Glad I inspired you  ::D: . 

After reading Leo's comment, quoted by invadergarf, I think I had a great dream last night  :smiley:  because I had $1,423 cash in my wallet.




> I had a dream where I was going around, and later inside a venue where Tool was performing. BMB, the newsletter guy, formed a good sized paperclip that represented the show about to take place. It was like these could be used to digitally reproduce the show (i.e. like a CD of it). He put it in the trash, which someone immediately took. Then he started selling them, for $100 a pop. Digging through my wallet, I found I was loaded. I had two checks, one for $707 dollars, another one he would not take either, only cash. I had one $1,000 bill, and a whole lot more of smaller bills.* I remember having $1,423 in cash*.
> 
> Earlier in the dream the show had started with the drummer and bassist coming out first, and starting off with a song that we didn't really know what was playing. Soon it became clear that it was "Vicarious", and then the guitarist came out. Last was Maynard on vocals. This is when my attention turned to BMB and the paperclip copies. After enough people had bought one, I asked him if he had change for $1,000 with a smile, at which point he said not to worry about it. From then on, I paid attention to the show, where Maynard was swinging in a parachute, dressed patriotically in red, white and blue. He was doing the chorus for the second time to "Vicarious".
> 
> Then they played "Wings for Marie" in the dream, which I have not actually heard yet. I have read the lyrics though. It was a mixture of a Godsmack song, "Sleeping Beauty" by Maynard's other band, A Perfect Circle, "H", and I think "Disposition". There was one line from Godsmack's song, followed by "I thought I could save you", and they actually made sense how they were ran together.[/b]

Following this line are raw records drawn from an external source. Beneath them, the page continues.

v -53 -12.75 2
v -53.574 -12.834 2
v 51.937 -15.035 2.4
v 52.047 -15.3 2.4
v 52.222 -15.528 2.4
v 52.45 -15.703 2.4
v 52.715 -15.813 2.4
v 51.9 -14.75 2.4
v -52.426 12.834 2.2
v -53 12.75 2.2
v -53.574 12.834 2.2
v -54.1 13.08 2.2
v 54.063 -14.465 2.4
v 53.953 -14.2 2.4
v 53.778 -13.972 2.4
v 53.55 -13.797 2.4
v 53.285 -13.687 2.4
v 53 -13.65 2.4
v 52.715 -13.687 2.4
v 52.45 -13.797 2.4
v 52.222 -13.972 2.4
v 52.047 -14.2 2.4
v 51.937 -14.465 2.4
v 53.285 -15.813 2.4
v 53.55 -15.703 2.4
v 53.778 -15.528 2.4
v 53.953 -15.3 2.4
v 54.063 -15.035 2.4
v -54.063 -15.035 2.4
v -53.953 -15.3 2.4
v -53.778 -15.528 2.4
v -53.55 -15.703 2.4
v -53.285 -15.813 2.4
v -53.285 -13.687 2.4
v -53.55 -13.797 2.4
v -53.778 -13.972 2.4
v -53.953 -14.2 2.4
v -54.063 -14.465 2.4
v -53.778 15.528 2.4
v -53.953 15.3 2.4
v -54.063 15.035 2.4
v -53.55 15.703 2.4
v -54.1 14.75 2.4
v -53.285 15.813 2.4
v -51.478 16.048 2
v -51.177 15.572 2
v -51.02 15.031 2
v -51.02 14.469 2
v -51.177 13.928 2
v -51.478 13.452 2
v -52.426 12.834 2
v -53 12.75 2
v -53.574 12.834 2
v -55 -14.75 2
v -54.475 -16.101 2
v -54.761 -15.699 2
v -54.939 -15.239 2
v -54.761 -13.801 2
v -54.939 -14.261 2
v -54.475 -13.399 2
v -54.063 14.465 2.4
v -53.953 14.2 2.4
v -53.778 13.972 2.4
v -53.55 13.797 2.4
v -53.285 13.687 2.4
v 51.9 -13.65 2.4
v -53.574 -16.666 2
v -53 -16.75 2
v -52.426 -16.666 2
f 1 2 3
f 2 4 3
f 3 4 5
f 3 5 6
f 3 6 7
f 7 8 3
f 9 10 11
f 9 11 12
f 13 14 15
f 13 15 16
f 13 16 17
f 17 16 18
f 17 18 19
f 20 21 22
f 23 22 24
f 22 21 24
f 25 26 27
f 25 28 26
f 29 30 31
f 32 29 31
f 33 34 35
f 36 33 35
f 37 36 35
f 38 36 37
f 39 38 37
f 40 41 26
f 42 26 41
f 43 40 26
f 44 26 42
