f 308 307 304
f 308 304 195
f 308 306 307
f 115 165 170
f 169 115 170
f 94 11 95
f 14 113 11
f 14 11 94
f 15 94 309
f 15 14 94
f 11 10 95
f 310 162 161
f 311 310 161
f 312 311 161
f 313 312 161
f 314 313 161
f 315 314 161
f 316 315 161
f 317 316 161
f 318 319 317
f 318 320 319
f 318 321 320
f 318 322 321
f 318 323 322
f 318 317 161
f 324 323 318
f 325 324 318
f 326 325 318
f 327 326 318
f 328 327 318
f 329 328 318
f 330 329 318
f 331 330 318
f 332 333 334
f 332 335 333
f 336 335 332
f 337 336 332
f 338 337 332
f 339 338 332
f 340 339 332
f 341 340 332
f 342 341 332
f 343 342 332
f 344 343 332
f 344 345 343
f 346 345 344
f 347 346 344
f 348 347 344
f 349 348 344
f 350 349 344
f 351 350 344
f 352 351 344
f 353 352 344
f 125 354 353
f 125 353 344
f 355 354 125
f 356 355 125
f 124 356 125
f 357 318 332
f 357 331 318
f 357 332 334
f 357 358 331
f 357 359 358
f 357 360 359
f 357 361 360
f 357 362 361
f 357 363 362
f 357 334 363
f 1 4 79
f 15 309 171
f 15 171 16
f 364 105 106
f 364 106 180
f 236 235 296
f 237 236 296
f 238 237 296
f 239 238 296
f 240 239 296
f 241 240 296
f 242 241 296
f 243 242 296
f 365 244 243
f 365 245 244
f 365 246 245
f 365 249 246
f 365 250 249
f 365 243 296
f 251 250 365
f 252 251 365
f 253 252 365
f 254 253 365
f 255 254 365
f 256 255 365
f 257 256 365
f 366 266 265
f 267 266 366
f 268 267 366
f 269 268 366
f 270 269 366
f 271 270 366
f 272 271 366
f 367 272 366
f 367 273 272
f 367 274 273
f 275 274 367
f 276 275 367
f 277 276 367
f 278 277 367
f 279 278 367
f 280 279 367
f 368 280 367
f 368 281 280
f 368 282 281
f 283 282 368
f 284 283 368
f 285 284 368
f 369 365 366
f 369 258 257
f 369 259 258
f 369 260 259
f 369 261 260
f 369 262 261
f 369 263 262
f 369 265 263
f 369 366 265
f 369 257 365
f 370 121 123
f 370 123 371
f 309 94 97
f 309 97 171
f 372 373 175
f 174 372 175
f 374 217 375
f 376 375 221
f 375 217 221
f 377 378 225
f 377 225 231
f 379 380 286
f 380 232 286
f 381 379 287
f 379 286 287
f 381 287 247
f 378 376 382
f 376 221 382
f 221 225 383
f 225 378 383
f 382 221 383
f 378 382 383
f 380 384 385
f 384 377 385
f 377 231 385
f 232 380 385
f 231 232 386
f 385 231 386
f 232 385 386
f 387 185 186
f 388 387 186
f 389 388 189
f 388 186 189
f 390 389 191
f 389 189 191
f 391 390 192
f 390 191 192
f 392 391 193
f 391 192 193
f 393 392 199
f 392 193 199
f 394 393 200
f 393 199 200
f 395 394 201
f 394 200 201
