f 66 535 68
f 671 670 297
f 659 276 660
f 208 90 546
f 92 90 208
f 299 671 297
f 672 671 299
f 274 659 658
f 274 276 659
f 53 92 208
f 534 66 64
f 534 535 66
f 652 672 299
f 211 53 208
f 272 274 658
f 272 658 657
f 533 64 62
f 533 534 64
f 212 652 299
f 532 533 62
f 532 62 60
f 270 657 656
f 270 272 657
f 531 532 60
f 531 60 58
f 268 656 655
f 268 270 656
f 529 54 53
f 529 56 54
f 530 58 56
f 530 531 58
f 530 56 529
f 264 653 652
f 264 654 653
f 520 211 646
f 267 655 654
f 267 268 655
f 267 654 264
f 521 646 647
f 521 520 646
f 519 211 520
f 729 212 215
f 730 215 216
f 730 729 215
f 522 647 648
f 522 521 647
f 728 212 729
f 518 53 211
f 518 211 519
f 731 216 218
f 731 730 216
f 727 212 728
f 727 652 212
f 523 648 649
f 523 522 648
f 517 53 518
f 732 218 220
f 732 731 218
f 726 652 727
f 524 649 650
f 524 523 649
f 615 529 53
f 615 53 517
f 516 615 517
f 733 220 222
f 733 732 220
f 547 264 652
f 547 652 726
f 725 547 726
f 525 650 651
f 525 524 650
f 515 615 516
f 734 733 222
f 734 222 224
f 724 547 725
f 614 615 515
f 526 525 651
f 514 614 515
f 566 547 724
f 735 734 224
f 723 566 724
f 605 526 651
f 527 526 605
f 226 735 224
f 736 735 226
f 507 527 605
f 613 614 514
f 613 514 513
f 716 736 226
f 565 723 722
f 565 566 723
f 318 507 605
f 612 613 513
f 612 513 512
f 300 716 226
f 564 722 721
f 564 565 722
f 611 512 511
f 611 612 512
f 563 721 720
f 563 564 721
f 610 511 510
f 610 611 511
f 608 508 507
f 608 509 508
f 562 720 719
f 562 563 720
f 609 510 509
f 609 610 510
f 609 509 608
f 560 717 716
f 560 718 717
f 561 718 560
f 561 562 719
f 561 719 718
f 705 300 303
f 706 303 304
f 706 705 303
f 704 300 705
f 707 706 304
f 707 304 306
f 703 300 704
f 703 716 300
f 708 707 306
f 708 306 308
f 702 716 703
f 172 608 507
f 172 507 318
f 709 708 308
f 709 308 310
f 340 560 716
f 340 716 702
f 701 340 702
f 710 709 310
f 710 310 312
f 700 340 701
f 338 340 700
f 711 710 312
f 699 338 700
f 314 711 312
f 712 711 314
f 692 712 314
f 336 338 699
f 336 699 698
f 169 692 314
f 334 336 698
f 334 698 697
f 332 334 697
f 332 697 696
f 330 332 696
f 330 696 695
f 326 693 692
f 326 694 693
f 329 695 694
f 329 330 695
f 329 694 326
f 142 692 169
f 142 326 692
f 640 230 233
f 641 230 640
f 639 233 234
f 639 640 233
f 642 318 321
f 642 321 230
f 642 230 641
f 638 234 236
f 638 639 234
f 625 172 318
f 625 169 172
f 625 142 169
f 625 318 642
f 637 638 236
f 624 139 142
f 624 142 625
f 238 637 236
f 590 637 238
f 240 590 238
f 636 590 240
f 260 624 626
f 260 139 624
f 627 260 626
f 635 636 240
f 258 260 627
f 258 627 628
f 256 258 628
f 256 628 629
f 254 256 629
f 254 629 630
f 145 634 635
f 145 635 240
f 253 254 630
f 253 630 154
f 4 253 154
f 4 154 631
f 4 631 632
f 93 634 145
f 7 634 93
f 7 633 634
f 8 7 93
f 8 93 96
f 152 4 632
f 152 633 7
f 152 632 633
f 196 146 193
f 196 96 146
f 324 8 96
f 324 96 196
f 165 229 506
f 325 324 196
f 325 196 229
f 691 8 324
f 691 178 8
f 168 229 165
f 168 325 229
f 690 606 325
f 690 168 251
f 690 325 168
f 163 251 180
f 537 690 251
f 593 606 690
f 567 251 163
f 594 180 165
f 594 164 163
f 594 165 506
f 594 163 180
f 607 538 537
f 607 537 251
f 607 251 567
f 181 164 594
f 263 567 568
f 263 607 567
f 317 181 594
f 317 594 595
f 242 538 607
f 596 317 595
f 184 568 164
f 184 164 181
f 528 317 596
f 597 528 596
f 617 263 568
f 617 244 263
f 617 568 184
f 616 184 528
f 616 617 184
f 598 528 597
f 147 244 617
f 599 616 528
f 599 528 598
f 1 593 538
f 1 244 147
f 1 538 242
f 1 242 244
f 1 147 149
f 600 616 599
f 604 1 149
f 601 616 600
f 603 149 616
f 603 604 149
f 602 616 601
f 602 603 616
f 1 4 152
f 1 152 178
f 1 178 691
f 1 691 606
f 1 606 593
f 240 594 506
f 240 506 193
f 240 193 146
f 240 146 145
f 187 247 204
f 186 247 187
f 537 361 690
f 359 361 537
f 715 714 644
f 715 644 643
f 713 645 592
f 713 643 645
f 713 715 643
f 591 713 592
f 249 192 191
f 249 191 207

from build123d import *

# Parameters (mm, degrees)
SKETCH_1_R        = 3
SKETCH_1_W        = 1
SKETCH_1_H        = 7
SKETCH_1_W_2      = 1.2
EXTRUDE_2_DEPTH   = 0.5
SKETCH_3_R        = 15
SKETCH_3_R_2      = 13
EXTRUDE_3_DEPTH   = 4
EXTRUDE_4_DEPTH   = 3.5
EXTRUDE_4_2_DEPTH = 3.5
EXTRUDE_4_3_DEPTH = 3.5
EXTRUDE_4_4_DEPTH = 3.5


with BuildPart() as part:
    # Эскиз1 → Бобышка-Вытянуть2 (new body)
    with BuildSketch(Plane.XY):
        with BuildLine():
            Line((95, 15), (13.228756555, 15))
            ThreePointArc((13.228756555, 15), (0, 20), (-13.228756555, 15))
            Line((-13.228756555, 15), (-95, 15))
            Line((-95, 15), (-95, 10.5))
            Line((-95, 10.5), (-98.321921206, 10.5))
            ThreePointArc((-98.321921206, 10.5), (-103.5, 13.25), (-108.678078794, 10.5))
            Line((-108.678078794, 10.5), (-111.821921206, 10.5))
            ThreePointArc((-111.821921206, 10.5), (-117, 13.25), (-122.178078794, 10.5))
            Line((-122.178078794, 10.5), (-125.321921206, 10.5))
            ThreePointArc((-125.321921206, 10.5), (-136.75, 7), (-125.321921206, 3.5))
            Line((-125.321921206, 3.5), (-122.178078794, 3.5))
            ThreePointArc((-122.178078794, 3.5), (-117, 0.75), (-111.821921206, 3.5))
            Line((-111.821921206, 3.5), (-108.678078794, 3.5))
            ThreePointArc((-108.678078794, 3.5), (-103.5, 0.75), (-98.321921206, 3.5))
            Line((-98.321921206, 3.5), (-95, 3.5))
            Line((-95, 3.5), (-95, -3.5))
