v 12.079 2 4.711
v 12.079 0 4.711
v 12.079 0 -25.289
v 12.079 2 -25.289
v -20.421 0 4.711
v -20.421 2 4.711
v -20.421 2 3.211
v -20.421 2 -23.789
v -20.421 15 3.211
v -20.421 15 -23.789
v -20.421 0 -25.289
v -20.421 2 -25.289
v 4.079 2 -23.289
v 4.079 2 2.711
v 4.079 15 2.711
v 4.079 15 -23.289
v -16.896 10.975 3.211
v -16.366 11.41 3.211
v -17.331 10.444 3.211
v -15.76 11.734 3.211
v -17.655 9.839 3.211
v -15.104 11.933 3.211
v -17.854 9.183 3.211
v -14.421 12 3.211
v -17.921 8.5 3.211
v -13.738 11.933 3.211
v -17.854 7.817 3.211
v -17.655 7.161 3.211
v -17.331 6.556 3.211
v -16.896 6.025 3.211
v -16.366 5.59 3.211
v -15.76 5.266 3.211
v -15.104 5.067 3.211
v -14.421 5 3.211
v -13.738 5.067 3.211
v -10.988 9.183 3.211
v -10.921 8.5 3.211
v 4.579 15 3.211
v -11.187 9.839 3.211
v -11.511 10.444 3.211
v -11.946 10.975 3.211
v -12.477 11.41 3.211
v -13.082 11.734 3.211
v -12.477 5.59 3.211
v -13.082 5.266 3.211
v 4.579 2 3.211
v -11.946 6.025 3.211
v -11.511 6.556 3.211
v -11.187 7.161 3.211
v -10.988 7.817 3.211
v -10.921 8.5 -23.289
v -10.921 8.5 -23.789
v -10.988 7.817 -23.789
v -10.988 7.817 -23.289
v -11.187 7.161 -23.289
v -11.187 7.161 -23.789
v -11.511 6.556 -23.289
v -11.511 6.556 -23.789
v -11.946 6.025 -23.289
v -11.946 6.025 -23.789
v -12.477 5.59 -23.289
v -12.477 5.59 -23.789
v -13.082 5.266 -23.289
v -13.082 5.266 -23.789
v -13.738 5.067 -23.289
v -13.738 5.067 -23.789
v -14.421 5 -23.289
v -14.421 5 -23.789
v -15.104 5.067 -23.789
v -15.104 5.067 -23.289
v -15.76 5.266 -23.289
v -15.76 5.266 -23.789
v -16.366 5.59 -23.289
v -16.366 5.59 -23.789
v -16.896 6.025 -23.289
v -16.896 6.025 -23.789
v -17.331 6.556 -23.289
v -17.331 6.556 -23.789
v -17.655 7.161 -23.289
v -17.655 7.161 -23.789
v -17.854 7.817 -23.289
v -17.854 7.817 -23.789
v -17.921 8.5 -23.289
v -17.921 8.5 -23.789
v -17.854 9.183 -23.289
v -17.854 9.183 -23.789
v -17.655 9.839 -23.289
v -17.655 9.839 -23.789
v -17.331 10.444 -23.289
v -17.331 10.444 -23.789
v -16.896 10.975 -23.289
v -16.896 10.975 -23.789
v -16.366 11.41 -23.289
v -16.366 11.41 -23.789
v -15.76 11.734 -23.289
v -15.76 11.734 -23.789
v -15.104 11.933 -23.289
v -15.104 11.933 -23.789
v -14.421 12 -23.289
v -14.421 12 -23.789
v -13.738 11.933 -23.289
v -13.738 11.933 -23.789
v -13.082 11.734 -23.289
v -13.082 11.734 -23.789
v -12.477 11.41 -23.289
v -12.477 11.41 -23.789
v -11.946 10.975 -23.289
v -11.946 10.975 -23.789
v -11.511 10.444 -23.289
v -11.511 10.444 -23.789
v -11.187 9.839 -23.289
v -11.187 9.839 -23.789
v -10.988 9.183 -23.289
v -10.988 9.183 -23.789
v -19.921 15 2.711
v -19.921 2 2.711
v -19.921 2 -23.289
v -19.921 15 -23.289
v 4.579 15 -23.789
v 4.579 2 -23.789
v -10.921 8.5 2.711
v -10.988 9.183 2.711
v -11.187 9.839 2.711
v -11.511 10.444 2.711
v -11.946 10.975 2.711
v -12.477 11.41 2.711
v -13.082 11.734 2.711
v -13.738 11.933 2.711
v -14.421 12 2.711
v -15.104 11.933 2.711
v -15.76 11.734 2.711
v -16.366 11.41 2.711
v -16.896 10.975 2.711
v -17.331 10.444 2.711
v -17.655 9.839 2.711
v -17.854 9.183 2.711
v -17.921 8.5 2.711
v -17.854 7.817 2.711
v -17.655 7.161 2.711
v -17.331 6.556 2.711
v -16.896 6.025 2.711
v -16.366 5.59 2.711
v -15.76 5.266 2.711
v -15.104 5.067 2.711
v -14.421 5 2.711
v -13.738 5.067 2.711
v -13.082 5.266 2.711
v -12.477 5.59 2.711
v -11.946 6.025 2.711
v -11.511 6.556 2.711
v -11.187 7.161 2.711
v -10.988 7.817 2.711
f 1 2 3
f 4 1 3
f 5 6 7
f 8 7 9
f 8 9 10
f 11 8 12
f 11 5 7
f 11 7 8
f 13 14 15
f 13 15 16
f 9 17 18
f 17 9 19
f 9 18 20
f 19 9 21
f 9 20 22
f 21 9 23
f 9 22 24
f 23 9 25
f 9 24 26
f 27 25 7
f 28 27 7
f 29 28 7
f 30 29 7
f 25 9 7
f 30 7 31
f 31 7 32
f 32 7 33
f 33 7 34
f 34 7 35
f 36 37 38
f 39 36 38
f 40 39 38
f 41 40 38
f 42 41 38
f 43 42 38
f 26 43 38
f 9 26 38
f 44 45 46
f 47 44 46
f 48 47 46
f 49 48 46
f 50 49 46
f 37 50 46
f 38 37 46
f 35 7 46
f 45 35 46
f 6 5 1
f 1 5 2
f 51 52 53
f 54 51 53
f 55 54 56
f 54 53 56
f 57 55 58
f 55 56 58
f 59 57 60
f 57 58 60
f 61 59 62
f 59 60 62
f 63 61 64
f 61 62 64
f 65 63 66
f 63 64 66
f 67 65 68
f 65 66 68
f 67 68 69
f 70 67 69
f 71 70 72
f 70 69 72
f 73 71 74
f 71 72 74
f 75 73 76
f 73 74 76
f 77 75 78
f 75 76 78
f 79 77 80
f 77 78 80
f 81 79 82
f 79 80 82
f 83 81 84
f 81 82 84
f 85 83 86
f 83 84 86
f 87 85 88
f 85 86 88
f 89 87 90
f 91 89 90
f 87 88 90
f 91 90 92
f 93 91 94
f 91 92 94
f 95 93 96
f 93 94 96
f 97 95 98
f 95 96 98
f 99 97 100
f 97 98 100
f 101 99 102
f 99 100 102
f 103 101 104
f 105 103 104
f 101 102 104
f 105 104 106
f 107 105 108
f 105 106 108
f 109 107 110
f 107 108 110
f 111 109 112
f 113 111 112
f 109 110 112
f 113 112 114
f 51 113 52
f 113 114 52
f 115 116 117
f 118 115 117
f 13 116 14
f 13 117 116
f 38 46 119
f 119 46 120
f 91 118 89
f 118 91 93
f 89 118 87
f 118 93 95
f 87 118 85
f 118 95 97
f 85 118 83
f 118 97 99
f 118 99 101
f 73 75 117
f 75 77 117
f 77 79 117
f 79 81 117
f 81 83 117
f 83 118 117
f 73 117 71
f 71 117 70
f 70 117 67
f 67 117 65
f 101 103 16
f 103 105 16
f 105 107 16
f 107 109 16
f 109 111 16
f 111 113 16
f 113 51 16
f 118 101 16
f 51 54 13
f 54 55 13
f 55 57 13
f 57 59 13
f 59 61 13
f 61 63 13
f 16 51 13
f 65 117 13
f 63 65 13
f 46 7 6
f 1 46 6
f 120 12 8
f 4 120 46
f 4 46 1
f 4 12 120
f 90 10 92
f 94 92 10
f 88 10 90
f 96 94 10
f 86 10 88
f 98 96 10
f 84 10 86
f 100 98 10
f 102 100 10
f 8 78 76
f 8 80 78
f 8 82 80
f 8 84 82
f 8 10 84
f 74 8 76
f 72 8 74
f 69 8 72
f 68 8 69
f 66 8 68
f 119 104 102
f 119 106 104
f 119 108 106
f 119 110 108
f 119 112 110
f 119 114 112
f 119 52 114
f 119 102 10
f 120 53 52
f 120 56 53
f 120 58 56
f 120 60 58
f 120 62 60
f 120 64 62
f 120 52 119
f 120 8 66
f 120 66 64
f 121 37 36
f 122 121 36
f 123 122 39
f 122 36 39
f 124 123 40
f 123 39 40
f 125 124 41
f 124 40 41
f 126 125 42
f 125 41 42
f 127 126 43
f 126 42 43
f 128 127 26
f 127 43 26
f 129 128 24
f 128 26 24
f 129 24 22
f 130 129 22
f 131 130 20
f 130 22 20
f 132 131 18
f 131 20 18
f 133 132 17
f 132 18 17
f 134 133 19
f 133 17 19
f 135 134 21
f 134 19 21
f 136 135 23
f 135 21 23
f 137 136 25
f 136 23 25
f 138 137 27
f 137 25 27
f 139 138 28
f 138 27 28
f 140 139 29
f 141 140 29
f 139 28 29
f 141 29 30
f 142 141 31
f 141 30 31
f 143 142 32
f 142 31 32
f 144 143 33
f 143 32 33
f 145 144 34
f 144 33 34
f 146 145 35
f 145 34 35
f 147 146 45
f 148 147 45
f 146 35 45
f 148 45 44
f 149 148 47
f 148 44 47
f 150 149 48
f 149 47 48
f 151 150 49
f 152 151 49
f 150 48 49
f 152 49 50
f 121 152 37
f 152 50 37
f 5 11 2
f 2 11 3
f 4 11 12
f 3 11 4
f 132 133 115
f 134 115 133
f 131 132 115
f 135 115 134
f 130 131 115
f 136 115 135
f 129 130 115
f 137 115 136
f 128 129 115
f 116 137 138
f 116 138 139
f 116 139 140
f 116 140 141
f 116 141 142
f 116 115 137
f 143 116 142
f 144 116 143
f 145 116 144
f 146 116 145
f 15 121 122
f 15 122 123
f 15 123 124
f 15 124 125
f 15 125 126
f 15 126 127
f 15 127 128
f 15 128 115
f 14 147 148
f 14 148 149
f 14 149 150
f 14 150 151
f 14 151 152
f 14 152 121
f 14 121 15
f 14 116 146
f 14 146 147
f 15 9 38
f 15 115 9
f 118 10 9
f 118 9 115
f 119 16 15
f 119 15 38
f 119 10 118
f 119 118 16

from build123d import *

# Parameters (mm, degrees)
ESQUISSE1_W             = 32.5
ESQUISSE1_H             = 30
BOSS_EXTRU_1_DEPTH      = 2
ESQUISSE1_4_W           = 25
ESQUISSE1_4_H           = 27
ESQUISSE1_4_W_2         = 24
ESQUISSE1_4_H_2         = 26
BOSS_EXTRU_2_DEPTH      = 15
ESQUISSE6_R             = 3.5
ENL_V_MAT_EXTRU_2_DEPTH = 0.5
ENL_V_START             = -0.5
ESQUISSE5_R             = 3.5
ENL_V_MAT_EXTRU_3_DEPTH = 0.5


with BuildPart() as part:
    # Esquisse1 → Boss.-Extru.1 (new body)
    with BuildSketch(Plane(origin=(0, 0, 0), x_dir=(1, 0, 0), z_dir=(0, 1, 0))):
        with Locations((-4.171052632, 10.289473684)):
            Rectangle(ESQUISSE1_W, ESQUISSE1_H)
    extrude(amount=BOSS_EXTRU_1_DEPTH)

    # Esquisse1<4> → Boss.-Extru.2 (add)
    with BuildSketch(Plane(origin=(0, 0, 0), x_dir=(1, 0, 0), z_dir=(0, 1, 0))):
        with Locations((-7.921052632, 10.289473684)):
            Rectangle(ESQUISSE1_4_W, ESQUISSE1_4_H)
        with Locations((-7.921052632, 10.289473684)):
            Rectangle(ESQUISSE1_4_W_2, ESQUISSE1_4_H_2, mode=Mode.SUBTRACT)
    extrude(amount=BOSS_EXTRU_2_DEPTH)

    # Esquisse6 → Enlèv. mat.-Extru.2 (cut)
    with BuildSketch(Plane.XY.offset(3.210526316)):
        with Locations((-14.421052632, 8.5)):
            Circle(ESQUISSE6_R)
    extrude(amount=-ENL_V_MAT_EXTRU_2_DEPTH, mode=Mode.SUBTRACT)

    # Esquisse5 → Enlèv. mat.-Extru.3 (cut)
    with BuildSketch(Plane(origin=(0, 0, -23.789473684), x_dir=(-1, 0, 0), z_dir=(0, 0, -1)).offset(ENL_V_START)):
        with Locations((14.421052632, 8.5)):
            Circle(ESQUISSE5_R)
    extrude(amount=ENL_V_MAT_EXTRU_3_DEPTH, mode=Mode.SUBTRACT)


solid = part.part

All interesting, nonetheless.

----------


## invadergarf

I didn't get to eat last night in my dreams (no food was around! or a supermarket!), hopefully though if I ever am in a supermarket during my lucid dreams i'll know that I could have as much money as I want in my dreams and use it to buy heaps of food for an interesting experience. I hope that after Leo's post (just like Distant Clone) i'll have heaps of money in my wallet when I need it (I bet now i've said that the opposite will come true and I'll be broke and won't be able to make more money).

----------


## PenguinLord13

> _Originally posted by invadergarf_
> *I didn't get to eat last night in my dreams (no food was around! or a supermarket!), hopefully though if I ever am in a supermarket during my lucid dreams i'll know that I could have as much money as I want in my dreams and use it to buy heaps of food for an interesting experience. I hope that after Leo's post (just like Distant Clone) i'll have heaps of money in my wallet when I need it (I bet now i've said that the opposite will come true and I'll be broke and won't be able to make more money).*



Why do you need to be in the supermarket? You can just say when I turn the corner I will see a candy shop, and it will happen. And what's the point of buying? This is a dream you don't have to pay for stuff, you can say, everything here is free, and take all you want.

----------


## Lonewolf

Yea before I knew about lucid dreams, whenever I was aware I was dreaming I would immediately start grabbing some food and eating it if I was at a supermarket.

----------


## .jared.

The other night in a non lucid dream i had a beer, i figured i would give one a shot. Its weird because i never drink in real life. I have never had anything alcoholic. It was like peach flavoured. And i was like. "damn this is good. I should drink more often. "

----------


## invadergarf

> _Originally posted by PenguinLord13_
> *
> 
> Why do you need to be in the supermarket? You can just say when I turn the corner I will see a candy shop, and it will happen. And what's the point of buying? This is a dream you don't have to pay for stuff, you can say, everything here is free, and take all you want.*



Well I have trouble making things appear (i've tried to make friends appear so many times, but it just doesn't work for me yet...) so that option is kinda out for me, lol. I could just take stuff (and probably would) but buying it would be fun also. Not a fast way of getting the food however, so just taking it would work a bit better.

----------


## missmimi

wow you guys are all lucky to be able to taste your food in dreams. i can never distinctly taste, but i get pleasure from anticipating what i am about to eat, along with the pleasure of having it go in my mouth and swallowing, never on actually tasting though.

----------


## invadergarf

> _Originally posted by missmimi_
> *wow you guys are all lucky to be able to taste your food in dreams. i can never distinctly taste, but i get pleasure from anticipating what i am about to eat, along with the pleasure of having it go in my mouth and swallowing, never on actually tasting though.*



Hmmm, that's weird, wouldn't there be a way to make yourself taste it though? By expecting to taste something or something like that?

----------


## Wuollet

If you're going to eat in you're dream, I say go all the way, have a  joint before going to the Supertmart and get the muncheese.  ::D: 

Muncheese +tons of cash +Supermarket full of.. yeah whatever you want to eat.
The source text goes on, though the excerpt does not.